Using Pressure Swing Adsorption to Purify the Gas Stream
The hydrogen-rich gas stream produced in the isothermal reactor must be scrubbed to remove carbon monoxide and carbon dioxide, which would otherwise contaminate the ammonia synthesis catalyst. With LACTM.L1, this is achieved using another technology developed by Linde known as pressure swing adsorption. During this step, the gas stream is passed at high pressure through an adsorption material comprising, for example, a molecular sieve and active carbon. The material efficiently traps components such as CO, CO2 and any remaining methane from the natural gas. The hydrogen, however, passes through and flows on to the ammonia synthesis reaction. “The adsorption material has to be regenerated at regular intervals. To do this, we reduce the pressure in optimized cycles, allowing desorption of the gas molecules that have been retained,” explains Wawrzinek. In contrast, conventional processes require an energy-intensive CO2 scrubbing and another catalytic step (methanization) to reduce CO and CO2 to the required levels. “Our concept eliminates the need for three catalytic steps in total, which means it consumes around fifty percent less catalyst material than conventional processes,” says the Linde expert.
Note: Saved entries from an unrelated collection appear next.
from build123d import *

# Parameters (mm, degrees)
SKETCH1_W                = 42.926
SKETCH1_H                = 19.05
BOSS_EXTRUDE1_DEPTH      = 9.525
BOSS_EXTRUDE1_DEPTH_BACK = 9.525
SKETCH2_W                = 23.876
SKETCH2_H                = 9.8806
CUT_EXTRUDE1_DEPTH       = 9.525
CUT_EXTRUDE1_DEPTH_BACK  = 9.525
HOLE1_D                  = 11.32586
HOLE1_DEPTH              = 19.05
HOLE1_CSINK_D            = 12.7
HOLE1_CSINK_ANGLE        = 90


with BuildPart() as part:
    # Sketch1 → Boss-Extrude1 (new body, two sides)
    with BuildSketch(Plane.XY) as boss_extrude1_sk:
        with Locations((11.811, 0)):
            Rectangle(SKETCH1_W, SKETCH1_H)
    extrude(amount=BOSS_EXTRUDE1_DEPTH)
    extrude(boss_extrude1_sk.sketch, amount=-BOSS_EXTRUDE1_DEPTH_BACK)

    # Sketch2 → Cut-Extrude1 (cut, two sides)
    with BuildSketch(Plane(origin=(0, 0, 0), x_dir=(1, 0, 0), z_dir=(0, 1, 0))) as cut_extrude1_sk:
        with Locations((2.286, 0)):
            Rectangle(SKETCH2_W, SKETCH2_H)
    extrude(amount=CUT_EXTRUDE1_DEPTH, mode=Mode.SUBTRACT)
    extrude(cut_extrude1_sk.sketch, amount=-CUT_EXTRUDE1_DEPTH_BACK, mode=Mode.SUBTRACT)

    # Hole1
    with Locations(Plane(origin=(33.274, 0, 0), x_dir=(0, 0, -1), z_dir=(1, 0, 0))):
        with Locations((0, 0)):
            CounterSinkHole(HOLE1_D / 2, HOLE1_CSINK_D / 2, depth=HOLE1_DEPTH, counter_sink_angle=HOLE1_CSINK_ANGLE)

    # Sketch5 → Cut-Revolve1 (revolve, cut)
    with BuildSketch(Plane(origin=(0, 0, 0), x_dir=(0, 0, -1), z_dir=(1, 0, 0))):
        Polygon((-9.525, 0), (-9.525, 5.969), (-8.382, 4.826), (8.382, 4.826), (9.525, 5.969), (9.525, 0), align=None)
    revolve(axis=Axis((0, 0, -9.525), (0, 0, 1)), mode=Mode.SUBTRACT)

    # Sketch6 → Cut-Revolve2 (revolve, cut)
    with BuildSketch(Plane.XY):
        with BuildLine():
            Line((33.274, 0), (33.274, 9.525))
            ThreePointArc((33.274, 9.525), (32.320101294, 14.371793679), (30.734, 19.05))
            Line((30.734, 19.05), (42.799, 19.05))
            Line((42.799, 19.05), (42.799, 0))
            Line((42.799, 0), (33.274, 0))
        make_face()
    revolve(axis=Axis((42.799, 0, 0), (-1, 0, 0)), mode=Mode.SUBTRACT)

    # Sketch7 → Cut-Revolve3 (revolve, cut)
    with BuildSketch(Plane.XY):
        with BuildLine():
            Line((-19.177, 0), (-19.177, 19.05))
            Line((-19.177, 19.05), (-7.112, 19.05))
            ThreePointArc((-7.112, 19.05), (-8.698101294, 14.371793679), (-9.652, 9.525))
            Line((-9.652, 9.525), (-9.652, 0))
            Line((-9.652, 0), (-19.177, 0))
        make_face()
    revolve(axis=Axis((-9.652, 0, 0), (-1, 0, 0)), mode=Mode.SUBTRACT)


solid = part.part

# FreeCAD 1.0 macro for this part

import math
import FreeCAD as App
import Part
import Sketcher
Q = App.Units.Quantity

doc = App.newDocument("Part")
body = doc.addObject("PartDesign::Body", "Body")

sketch1 = body.newObject("Sketcher::SketchObject", "Sketch")
sketch1.AttachmentSupport = (doc.getObject("XY_Plane"), [""])
sketch1.MapMode = "FlatFace"
sketch1.addGeometry([
    Part.LineSegment(App.Vector(-10, 10, 0), App.Vector(-10, -10, 0)),
    Part.LineSegment(App.Vector(-10, -10, 0), App.Vector(33, -10, 0)),
    Part.LineSegment(App.Vector(33, -10, 0), App.Vector(33, 10, 0)),
    Part.LineSegment(App.Vector(33, 10, 0), App.Vector(-10, 10, 0)),
], False)
sketch1.addConstraint([
    Sketcher.Constraint("Coincident", 0, 2, 1, 1),
    Sketcher.Constraint("Coincident", 1, 2, 2, 1),
    Sketcher.Constraint("Coincident", 2, 2, 3, 1),
    Sketcher.Constraint("Coincident", 3, 2, 0, 1),
    Sketcher.Constraint("Vertical", 0),
    Sketcher.Constraint("Horizontal", 1),
    Sketcher.Constraint("Vertical", 2),
    Sketcher.Constraint("Horizontal", 3),
    Sketcher.Constraint("DistanceX", 1, 1, 1, 2, Q("1.69 in")),
    Sketcher.Constraint("DistanceY", 0, 2, 0, 1, Q("0.75 in")),
    Sketcher.Constraint("DistanceX", 0, 2, -1, 1, Q("0.38 in")),
    Sketcher.Constraint("DistanceY", 0, 2, -1, 1, Q("0.375 in")),
])
pad1 = body.newObject("PartDesign::Pad", "Pad")
pad1.Profile = sketch1
pad1.Type = "TwoLengths"
pad1.Length = Q("0.375 in")
pad1.Length2 = Q("0.375 in")

sketch2 = body.newObject("Sketcher::SketchObject", "Sketch001")
sketch2.AttachmentSupport = (doc.getObject("XZ_Plane"), [""])
sketch2.MapMode = "FlatFace"
sketch2.addGeometry([
    Part.LineSegment(App.Vector(-10, -5, 0), App.Vector(-10, 5, 0)),
    Part.LineSegment(App.Vector(-10, 5, 0), App.Vector(14, 5, 0)),
    Part.LineSegment(App.Vector(14, 5, 0), App.Vector(14, -5, 0)),
    Part.LineSegment(App.Vector(14, -5, 0), App.Vector(-10, -5, 0)),
], False)
sketch2.addConstraint([
    Sketcher.Constraint("Coincident", 0, 2, 1, 1),
    Sketcher.Constraint("Coincident", 1, 2, 2, 1),
    Sketcher.Constraint("Coincident", 2, 2, 3, 1),
    Sketcher.Constraint("Coincident", 3, 2, 0, 1),
    Sketcher.Constraint("Vertical", 0),
    Sketcher.Constraint("Horizontal", 1),
    Sketcher.Constraint("Vertical", 2),
    Sketcher.Constraint("Horizontal", 3),
    Sketcher.Constraint("DistanceX", 1, 1, 1, 2, Q("0.94 in")),
    Sketcher.Constraint("DistanceY", 0, 1, 0, 2, Q("0.389 in")),
    Sketcher.Constraint("DistanceX", 0, 2, -1, 1, Q("0.38 in")),
    Sketcher.Constraint("DistanceY", -1, 1, 0, 2, Q("0.1945 in")),
])
pocket1 = body.newObject("PartDesign::Pocket", "Pocket")
pocket1.Profile = sketch2
pocket1.Type = "ThroughAll"
pocket1.Midplane = True

sketch3 = body.newObject("Sketcher::SketchObject", "Sketch002")
sketch3.AttachmentSupport = (doc.getObject("YZ_Plane"), [""])
sketch3.MapMode = "FlatFace"
sketch3.AttachmentOffset = App.Placement(App.Vector(0, 0, 1.31 * 25.4), App.Rotation())
sketch3.addGeometry(Part.Circle(App.Vector(0, 0, 0), App.Vector(0, 0, 1), 6), False)
sketch3.addConstraint([
    Sketcher.Constraint("Coincident", 0, 3, -1, 1),
    Sketcher.Constraint("Diameter", 0, Q("0.4459 in")),
])
doc.recompute()
hole = body.newObject("PartDesign::Hole", "Hole")
hole.Profile = sketch3
hole.ThreadType = "None"
hole.Diameter = Q("0.4459 in")
hole.DepthType = "Dimension"
hole.Depth = Q("0.75 in")
hole.DrillPoint = "Flat"
hole.HoleCutType = "Countersink"
hole.HoleCutDiameter = Q("0.5 in")
hole.HoleCutCountersinkAngle = 90

sketch4 = body.newObject("Sketcher::SketchObject", "Sketch003")
sketch4.AttachmentSupport = (doc.getObject("YZ_Plane"), [""])
sketch4.MapMode = "FlatFace"
sketch4.addGeometry([
    Part.LineSegment(App.Vector(6, 9.5, 0), App.Vector(0, 9.5, 0)),
    Part.LineSegment(App.Vector(0, 9.5, 0), App.Vector(0, -9.5, 0)),
    Part.LineSegment(App.Vector(0, -9.5, 0), App.Vector(6, -9.5, 0)),
    Part.LineSegment(App.Vector(6, -9.5, 0), App.Vector(4.8, -8.4, 0)),
    Part.LineSegment(App.Vector(4.8, -8.4, 0), App.Vector(4.8, 8.4, 0)),
    Part.LineSegment(App.Vector(4.8, 8.4, 0), App.Vector(6, 9.5, 0)),
], False)
sketch4.addConstraint([
    Sketcher.Constraint("Coincident", 0, 2, 1, 1),
    Sketcher.Constraint("Coincident", 1, 2, 2, 1),
    Sketcher.Constraint("Coincident", 2, 2, 3, 1),
    Sketcher.Constraint("Coincident", 3, 2, 4, 1),
    Sketcher.Constraint("Coincident", 4, 2, 5, 1),
    Sketcher.Constraint("Coincident", 5, 2, 0, 1),
    Sketcher.Constraint("Horizontal", 0),
    Sketcher.Constraint("Vertical", 1),
    Sketcher.Constraint("Horizontal", 2),
    Sketcher.Constraint("Vertical", 4),
    Sketcher.Constraint("Symmetric", 0, 2, 1, 2, -1, 1),
    Sketcher.Constraint("Perpendicular", 3, 5),
    Sketcher.Constraint("Vertical", 2, 2, 5, 2),
    Sketcher.Constraint("Equal", 3, 5),
    Sketcher.Constraint("DistanceY", 1, 2, 1, 1, Q("0.75 in")),
    Sketcher.Constraint("DistanceY", 4, 1, 4, 2, Q("0.66 in")),
    Sketcher.Constraint("DistanceX", 0, 2, 0, 1, Q("0.235 in")),
])
groove = body.newObject("PartDesign::Groove", "Groove")
groove.Profile = sketch4
groove.ReferenceAxis = (sketch4, ["V_Axis"])
groove.Angle = 360

sketch5 = body.newObject("Sketcher::SketchObject", "Sketch004")
sketch5.AttachmentSupport = (doc.getObject("XY_Plane"), [""])
sketch5.MapMode = "FlatFace"
sketch5.addGeometry([
    Part.LineSegment(App.Vector(33, 10, 0), App.Vector(33, 0, 0)),
    Part.LineSegment(App.Vector(33, 0, 0), App.Vector(43, 0, 0)),
    Part.LineSegment(App.Vector(43, 0, 0), App.Vector(43, 19, 0)),
    Part.LineSegment(App.Vector(43, 19, 0), App.Vector(31, 19, 0)),
    Part.ArcOfCircle(Part.Circle(App.Vector(-4, 5, 0), App.Vector(0, 0, 1), 37), math.radians(7.34), math.radians(22.53)),
], False)
sketch5.addConstraint([
    Sketcher.Constraint("Coincident", 0, 2, 1, 1),
    Sketcher.Constraint("Coincident", 1, 2, 2, 1),
    Sketcher.Constraint("Coincident", 2, 2, 3, 1),
    Sketcher.Constraint("Coincident", 3, 2, 4, 2),
    Sketcher.Constraint("Coincident", 4, 1, 0, 1),
    Sketcher.Constraint("Vertical", 0),
    Sketcher.Constraint("Horizontal", 1),
    Sketcher.Constraint("Vertical", 2),
    Sketcher.Constraint("Horizontal", 3),
    Sketcher.Constraint("PointOnObject", 0, 2, -1),
    Sketcher.Constraint("Equal", 1, 0),
    Sketcher.Constraint("DistanceY", 2, 1, 2, 2, Q("0.75 in")),
    Sketcher.Constraint("DistanceX", 3, 2, 0, 2, Q("0.1 in")),
    Sketcher.Constraint("DistanceX", 1, 1, 1, 2, Q("0.375 in")),
    Sketcher.Constraint("DistanceX", -1, 1, 0, 2, Q("1.31 in")),
    Sketcher.Constraint("DistanceY", -1, 1, 4, 3, Q("0.1875 in")),
])
groove2 = body.newObject("PartDesign::Groove", "Groove001")
groove2.Profile = sketch5
groove2.ReferenceAxis = (sketch5, ["H_Axis"])
groove2.Angle = 360

sketch6 = body.newObject("Sketcher::SketchObject", "Sketch005")
sketch6.AttachmentSupport = (doc.getObject("XY_Plane"), [""])
sketch6.MapMode = "FlatFace"
sketch6.addGeometry([
    Part.LineSegment(App.Vector(-19, 19, 0), App.Vector(-19, 0, 0)),
    Part.LineSegment(App.Vector(-19, 0, 0), App.Vector(-10, 0, 0)),
    Part.LineSegment(App.Vector(-10, 0, 0), App.Vector(-10, 10, 0)),
    Part.ArcOfCircle(Part.Circle(App.Vector(27, 5, 0), App.Vector(0, 0, 1), 37), math.radians(157.47), math.radians(172.66)),
    Part.LineSegment(App.Vector(-7, 19, 0), App.Vector(-19, 19, 0)),
], False)
sketch6.addConstraint([
    Sketcher.Constraint("Coincident", 0, 2, 1, 1),
    Sketcher.Constraint("Coincident", 1, 2, 2, 1),
    Sketcher.Constraint("Coincident", 2, 2, 3, 2),
    Sketcher.Constraint("Coincident", 3, 1, 4, 1),
    Sketcher.Constraint("Coincident", 4, 2, 0, 1),
    Sketcher.Constraint("Vertical", 0),
    Sketcher.Constraint("Horizontal", 1),
    Sketcher.Constraint("Vertical", 2),
    Sketcher.Constraint("Horizontal", 4),
    Sketcher.Constraint("PointOnObject", 0, 2, -1),
    Sketcher.Constraint("Equal", 1, 2),
    Sketcher.Constraint("DistanceY", 0, 2, 0, 1, Q("0.75 in")),
    Sketcher.Constraint("DistanceX", 2, 2, 3, 1, Q("0.1 in")),
    Sketcher.Constraint("DistanceX", 1, 1, 1, 2, Q("0.375 in")),
    Sketcher.Constraint("DistanceX", 1, 2, -1, 1, Q("0.38 in")),
    Sketcher.Constraint("DistanceY", -1, 1, 3, 3, Q("0.1875 in")),
])
groove3 = body.newObject("PartDesign::Groove", "Groove002")
groove3.Profile = sketch6
groove3.ReferenceAxis = (sketch6, ["H_Axis"])
groove3.Angle = 360

doc.recompute()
Alternative Uses for Hydrogen
Another highlight of the Linde Ammonia Concept is the fact that plant operators can use the syngas stream for purposes other than ammonia production. This is possible because the stream is not contaminated with nitrogen. Operators can also divert the pure hydrogen and use it for other applications – something that cannot be done with a conventional process scheme. “These benefits were key arguments for our customers in Al Jubail in Saudi Arabia and Togliatti in Russia,” explains Wawrzinek. Another customer in Salalah, Oman was won over by the fact that Linde’s concept can be used to process feedstocks other than natural gas: “In this case, we are using a hydrogen-rich gas provided by the plant operator to generate the pure H2 stream for ammonia synthesis,” explains the Linde specialist. The plant is currently under construction and is set to go on stream in 2020. The nitrogen required for LAC is provided by an air separation plant. The N2 stream is fed into the process just before the ammonia synthesis reaction. The high energy efficiency and feedstock conversion performance of LAC provide impressive testimony to the intelligent design of this concept.
Ammonia Goes Modular
Whereas operating costs and efficiency are the main drivers with larger NH3 plants, investment costs tend to play a more important role in the case of smaller plants producing less than 300 tons of ammonia a day. Linde offers a modularized approach that is an attractive solution for smaller plants in this high-growth segment. “We use our standardized ECOGANTM air separation plants to generate the nitrogen, and our modularized HYDROPRIME® steam reformers for the hydrogen. We then bundle H2 production, pressure swing adsorption and the cooling elements in a standard modules,” explains Wawrzinek. Ammonia production is integrated in another module. “As LAC is an inert-free process, it requires fewer plant components overall – and we can deliver those components on a smaller footprint.” This facilitates transport and on-site handling because there are fewer blocks to assemble and weld. “Our modularization concept is a great solution for sites in areas with harsh climates or where there is a lack of experienced workers available locally. Modularization has already proven highly successful for other plant types and now we are bringing its benefits to the world of ammonia,” summarizes Wawrzinek.